How old are you crash?


----------



## CRASHMAN (Jun 1, 2004)

20 ma'am


----------



## mousie (Jun 1, 2004)

Uh oh...I thought you were at least a few years older than MG.  Are you in college?  What kind of job do you have?


----------



## CRASHMAN (Jun 1, 2004)

mousie said:
			
		

> Uh oh...I thought you were at least a few years older than MG.  Are you in college?  What kind of job do you have?



yes, i'm in college. i'm studying medicine abd i'm going to be a doctor.

i'm currently a full time student and i don't have a job but i can get money when i need it;also, I i'm taking an emt class right now and i am going to be working for an ambulence company in 6 months


----------



## gr81 (Jun 1, 2004)

> Hmm, maybe so.. gr81!! I need a pic


hey there hippocrit. I have apic of myself in my gallery, it may not be a nudie and I may be drunk and lookin stupid, but at least you can see me, what do we get? I need something to mast..hmm...uh... I mean look at.. yeah thats it..lol


----------



## Muscle_Girl (Jun 1, 2004)

Lol, geez 
As I said, I am working on updated pics, not sure if that pic I posted forever ago is on the boards or not, I will see. But its way too old and way too young lol.


----------



## CRASHMAN (Jun 1, 2004)

hey MG weren't you sapposed to abuse me for a pic


----------



## gr81 (Jun 1, 2004)

just give me a head shot then? I am sure you have lots of gorgeous pics of you just lying around the house, yes?


----------



## gr81 (Jun 1, 2004)

Crash, do you know what she looks like? ever seen a pic? we should know who we are fighting over at least..lol


----------



## Muscle_Girl (Jun 1, 2004)

Oh yah, forgot there.. here comes


----------



## Muscle_Girl (Jun 1, 2004)

Yes, he has seen a pic of me lol. I am trying to get my pic off PB if he still has one, and my whole trouble to getting a pic on here is mostly the fact that I dont have a scanner! Or a digi! So.. thats my troubles in a nutshell lol.


----------



## mousie (Jun 1, 2004)

Well, I'm not so convinced by the pics of gr81 (sorry bro)...but the blunt and drinking has got to go.


----------



## CRASHMAN (Jun 1, 2004)

Muscle_Girl said:
			
		

> Oh yah, forgot there.. here comes




that was good


----------



## CRASHMAN (Jun 1, 2004)

mousie said:
			
		

> Well, I'm not so convinced by the pics of gr81 (sorry bro)...but the blunt and drinking has got to go.

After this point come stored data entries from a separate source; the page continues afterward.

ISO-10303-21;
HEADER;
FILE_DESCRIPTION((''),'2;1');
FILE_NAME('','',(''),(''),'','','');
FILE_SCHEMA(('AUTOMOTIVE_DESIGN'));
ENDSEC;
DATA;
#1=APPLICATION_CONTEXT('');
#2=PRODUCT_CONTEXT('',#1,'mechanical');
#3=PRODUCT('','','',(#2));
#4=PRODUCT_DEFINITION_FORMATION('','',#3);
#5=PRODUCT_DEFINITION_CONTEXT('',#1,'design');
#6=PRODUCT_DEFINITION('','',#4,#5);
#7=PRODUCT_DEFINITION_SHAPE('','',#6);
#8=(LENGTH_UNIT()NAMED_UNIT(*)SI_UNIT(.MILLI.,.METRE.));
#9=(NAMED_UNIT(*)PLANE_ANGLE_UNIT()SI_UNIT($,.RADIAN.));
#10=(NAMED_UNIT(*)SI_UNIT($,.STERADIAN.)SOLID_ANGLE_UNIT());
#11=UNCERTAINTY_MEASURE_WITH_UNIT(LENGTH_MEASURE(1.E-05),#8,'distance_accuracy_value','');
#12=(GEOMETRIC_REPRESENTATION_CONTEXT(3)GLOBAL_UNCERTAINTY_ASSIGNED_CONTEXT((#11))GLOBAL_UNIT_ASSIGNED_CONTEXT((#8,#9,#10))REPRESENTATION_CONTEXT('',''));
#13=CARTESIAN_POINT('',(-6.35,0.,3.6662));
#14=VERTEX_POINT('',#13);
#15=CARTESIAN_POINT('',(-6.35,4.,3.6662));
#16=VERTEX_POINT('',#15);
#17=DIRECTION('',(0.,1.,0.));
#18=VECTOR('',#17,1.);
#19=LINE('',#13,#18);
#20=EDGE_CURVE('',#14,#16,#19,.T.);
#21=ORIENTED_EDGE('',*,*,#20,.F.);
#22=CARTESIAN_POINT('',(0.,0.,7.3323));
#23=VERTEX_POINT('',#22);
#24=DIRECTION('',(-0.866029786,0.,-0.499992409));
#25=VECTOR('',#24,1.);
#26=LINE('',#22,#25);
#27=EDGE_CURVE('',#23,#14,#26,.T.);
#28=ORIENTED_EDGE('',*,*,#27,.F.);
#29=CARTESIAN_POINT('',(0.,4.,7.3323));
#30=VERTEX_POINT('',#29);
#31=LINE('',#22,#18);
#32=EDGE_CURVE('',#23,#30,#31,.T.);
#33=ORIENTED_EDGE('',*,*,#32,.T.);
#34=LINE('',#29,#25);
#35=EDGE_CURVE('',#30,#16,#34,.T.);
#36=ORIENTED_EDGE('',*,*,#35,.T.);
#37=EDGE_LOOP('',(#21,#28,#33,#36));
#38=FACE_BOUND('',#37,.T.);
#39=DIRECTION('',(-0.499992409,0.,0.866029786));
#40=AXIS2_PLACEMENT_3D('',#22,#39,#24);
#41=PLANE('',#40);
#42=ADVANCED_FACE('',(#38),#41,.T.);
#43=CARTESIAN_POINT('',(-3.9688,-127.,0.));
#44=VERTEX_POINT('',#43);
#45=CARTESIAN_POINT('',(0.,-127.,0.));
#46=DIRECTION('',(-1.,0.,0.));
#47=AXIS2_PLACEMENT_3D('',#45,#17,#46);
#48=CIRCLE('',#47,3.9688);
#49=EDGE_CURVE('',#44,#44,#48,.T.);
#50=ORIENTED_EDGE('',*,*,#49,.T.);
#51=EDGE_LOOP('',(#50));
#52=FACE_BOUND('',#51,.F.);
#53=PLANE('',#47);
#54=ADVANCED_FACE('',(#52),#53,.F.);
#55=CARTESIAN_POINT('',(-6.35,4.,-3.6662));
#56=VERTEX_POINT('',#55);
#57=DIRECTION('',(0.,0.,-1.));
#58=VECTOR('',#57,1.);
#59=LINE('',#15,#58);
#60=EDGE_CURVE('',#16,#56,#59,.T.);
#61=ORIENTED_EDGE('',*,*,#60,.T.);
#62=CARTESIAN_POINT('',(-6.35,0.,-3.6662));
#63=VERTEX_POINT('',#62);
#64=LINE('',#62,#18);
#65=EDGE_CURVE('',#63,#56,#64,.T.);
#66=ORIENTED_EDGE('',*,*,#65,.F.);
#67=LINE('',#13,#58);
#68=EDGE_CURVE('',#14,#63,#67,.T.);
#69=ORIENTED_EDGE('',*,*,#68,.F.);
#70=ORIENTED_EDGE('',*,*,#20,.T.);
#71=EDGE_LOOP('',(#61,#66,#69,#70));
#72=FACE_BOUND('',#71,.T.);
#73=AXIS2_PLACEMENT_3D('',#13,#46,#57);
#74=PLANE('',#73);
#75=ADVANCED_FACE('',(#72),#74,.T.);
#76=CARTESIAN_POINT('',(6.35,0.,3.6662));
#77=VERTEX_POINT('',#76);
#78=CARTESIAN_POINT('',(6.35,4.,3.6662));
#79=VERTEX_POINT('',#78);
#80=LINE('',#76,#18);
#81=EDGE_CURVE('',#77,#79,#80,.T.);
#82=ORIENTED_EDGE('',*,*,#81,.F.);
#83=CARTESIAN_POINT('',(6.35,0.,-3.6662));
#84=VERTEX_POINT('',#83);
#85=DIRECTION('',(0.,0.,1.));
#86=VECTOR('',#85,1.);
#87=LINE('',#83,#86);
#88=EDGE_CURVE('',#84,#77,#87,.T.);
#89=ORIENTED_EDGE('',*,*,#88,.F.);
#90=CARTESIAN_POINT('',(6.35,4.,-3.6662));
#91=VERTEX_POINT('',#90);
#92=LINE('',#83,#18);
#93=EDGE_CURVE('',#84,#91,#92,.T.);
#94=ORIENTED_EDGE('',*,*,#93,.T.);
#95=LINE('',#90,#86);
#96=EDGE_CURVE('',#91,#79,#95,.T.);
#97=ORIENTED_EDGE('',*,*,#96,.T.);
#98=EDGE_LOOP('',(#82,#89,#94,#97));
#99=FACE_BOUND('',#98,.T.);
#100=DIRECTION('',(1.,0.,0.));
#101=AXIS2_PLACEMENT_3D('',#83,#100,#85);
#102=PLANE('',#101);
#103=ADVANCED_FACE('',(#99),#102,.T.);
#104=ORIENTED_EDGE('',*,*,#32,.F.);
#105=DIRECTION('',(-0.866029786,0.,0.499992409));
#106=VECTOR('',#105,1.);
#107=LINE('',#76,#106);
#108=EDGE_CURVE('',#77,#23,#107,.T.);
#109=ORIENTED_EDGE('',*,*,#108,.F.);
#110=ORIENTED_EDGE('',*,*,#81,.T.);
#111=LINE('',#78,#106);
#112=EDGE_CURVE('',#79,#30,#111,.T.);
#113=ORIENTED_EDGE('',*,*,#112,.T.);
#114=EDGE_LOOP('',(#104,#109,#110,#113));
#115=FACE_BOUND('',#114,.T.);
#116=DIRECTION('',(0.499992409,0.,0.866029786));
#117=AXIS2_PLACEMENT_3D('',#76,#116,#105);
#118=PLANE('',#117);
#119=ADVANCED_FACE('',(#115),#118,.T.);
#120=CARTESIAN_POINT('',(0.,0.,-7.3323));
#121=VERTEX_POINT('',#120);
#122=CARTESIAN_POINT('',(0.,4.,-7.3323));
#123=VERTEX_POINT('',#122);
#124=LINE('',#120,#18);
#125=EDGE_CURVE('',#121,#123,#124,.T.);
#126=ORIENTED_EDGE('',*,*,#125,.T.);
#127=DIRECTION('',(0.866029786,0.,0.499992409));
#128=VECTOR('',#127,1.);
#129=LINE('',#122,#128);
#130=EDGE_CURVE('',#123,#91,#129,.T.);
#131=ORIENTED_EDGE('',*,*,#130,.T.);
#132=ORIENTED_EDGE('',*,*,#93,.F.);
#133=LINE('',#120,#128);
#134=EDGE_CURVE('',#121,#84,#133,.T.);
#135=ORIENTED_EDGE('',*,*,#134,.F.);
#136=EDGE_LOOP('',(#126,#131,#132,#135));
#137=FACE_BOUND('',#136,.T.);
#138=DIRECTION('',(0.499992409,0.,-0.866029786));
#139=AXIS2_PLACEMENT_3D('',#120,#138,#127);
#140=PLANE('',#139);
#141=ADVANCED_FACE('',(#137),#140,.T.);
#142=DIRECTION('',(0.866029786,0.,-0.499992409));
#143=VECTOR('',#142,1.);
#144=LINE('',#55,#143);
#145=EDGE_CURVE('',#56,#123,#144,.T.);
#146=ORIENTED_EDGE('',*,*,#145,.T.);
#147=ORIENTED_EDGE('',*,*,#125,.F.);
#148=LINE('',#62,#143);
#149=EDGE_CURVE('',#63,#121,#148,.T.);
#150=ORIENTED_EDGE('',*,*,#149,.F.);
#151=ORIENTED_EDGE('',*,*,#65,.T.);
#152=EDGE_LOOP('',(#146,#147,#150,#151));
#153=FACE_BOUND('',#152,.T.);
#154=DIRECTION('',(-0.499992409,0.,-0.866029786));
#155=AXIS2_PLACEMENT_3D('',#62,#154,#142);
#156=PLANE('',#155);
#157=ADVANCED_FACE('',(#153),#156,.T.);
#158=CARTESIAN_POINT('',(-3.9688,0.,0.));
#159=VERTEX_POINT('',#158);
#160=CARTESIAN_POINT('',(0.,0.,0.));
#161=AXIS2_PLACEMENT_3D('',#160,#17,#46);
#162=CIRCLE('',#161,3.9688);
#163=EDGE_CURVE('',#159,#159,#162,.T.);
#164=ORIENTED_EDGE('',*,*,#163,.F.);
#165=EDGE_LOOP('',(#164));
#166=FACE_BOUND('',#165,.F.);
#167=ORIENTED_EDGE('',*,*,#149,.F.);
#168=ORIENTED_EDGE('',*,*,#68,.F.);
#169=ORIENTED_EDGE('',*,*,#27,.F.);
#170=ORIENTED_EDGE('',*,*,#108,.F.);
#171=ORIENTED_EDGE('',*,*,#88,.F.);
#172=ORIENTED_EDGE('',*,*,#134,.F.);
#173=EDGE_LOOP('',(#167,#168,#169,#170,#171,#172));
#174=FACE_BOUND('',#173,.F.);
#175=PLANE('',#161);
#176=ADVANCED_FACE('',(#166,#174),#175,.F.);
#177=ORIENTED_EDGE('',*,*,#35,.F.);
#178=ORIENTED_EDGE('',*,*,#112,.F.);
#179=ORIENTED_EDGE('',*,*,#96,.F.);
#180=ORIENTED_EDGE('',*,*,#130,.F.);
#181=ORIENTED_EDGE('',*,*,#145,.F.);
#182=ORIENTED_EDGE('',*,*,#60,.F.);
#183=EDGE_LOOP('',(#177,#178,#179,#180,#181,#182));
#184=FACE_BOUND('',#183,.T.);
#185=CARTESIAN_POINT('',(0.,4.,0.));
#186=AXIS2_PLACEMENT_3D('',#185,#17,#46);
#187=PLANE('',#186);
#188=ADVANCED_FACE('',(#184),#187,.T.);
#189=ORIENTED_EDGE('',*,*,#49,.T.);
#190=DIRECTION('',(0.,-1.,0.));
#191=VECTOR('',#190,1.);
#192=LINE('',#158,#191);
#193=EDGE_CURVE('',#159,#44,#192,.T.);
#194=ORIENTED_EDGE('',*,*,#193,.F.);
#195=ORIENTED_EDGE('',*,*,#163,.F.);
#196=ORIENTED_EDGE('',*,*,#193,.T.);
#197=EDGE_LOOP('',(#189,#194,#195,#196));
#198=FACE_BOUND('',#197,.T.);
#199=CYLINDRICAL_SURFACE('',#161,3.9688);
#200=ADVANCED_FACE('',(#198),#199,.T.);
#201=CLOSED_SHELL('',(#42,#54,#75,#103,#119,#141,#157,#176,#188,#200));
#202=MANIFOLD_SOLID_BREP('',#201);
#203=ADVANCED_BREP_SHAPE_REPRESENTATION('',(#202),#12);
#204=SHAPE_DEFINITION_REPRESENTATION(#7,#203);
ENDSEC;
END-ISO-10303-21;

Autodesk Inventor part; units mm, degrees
ref_plane "YZ Plane" through (0, 0, 0) normal (1, 0, 0) x (0, 1, 0)
ref_plane "XZ Plane" through (0, 0, 0) normal (0, 1, 0) x (-1, 0, 0)
ref_plane "XY Plane" through (0, 0, 0) normal (0, 0, 1) x (1, 0, 0)
sketch "Sketch1" plane through (0, 0, 0) normal (0, 1, 0) x (-1, 0, 0)
  line L0 (6.35, 3.6662) -> (6.35, -3.6662)
  line L1 (6.35, -3.6662) -> (0, -7.3323)
  line L2 (0, -7.3323) -> (-6.35, -3.6662)
  line L3 (-6.35, -3.6662) -> (-6.35, 3.6662)
  line L4 (-6.35, 3.6662) -> (0, 7.3323)
  line L5 (0, 7.3323) -> (6.35, 3.6662)
  circle A0 centre (0, 0) radius 3.9688
  dimension "d0" = 12.7
  dimension "d1" = 7.9375
extrude "Extrusion1" add sketch "Sketch1" along normal blind 4 contours L0 L1 L2 L3 L4 L5 | A0
extrude "Extrusion2" add sketch "Sketch1" against normal blind 127 contours A0
thread "Thread1" size "M8x1.25" class "6g" standard "ANSI Metric M Profile" full length
properties part number "perno"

and what do the judges say about me


----------



## Muscle_Girl (Jun 1, 2004)

Ok, found it, remember that this is from grade 8 lol, gives you a rough idea tho.


----------



## Muscle_Girl (Jun 1, 2004)

mousie said:
			
		

> Well, I'm not so convinced by the pics of gr81 (sorry bro)...but the blunt and drinking has got to go.



I need more proof damnit!


----------



## gr81 (Jun 1, 2004)

> Well, I'm not so convinced by the pics of gr81 (sorry bro)...but the blunt and drinking has got to go.


convinced of what? I should've posted the pic of me with a syringe in my arm and a cuban in my mouth, you would've liked that one then!
btw I never drink, I have been drunk once in the last year prob and that was it so chill mousie..


----------



## Muscle_Girl (Jun 1, 2004)

Lol, she is just looking out for the well-being of MG is all


----------



## mousie (Jun 1, 2004)

Muscle_Girl said:
			
		

> I need more proof damnit!


Go look at the pics in the gallery for gr81!

As for crash, he's headin in the right direction.  I'm sure MG can put up with having some books laying around - especially if crash is actually educating himself.  I give crash a 9.


----------



## mousie (Jun 1, 2004)

gr81 said:
			
		

> convinced of what? I should've posted the pic of me with a syringe in my arm and a cuban in my mouth, you would've liked that one then!
> btw I never drink, I have been drunk once in the last year prob and that was it so chill mousie..


Are we being a smartass?!  "Substract 5 points!"


----------



## Muscle_Girl (Jun 1, 2004)

LOL, little harsh


----------



## gr81 (Jun 1, 2004)

> I need more proof damnit!


proof of what? now we are rating people?! what the hell is goin on here for christs sake?


----------



## CRASHMAN (Jun 1, 2004)

mousie said:
			
		

> Go look at the pics in the gallery for gr81!
> 
> As for crash, he's headin in the right direction.  I'm sure MG can put up with having some books laying around - especially if crash is actually educating himself.  I give crash a 9.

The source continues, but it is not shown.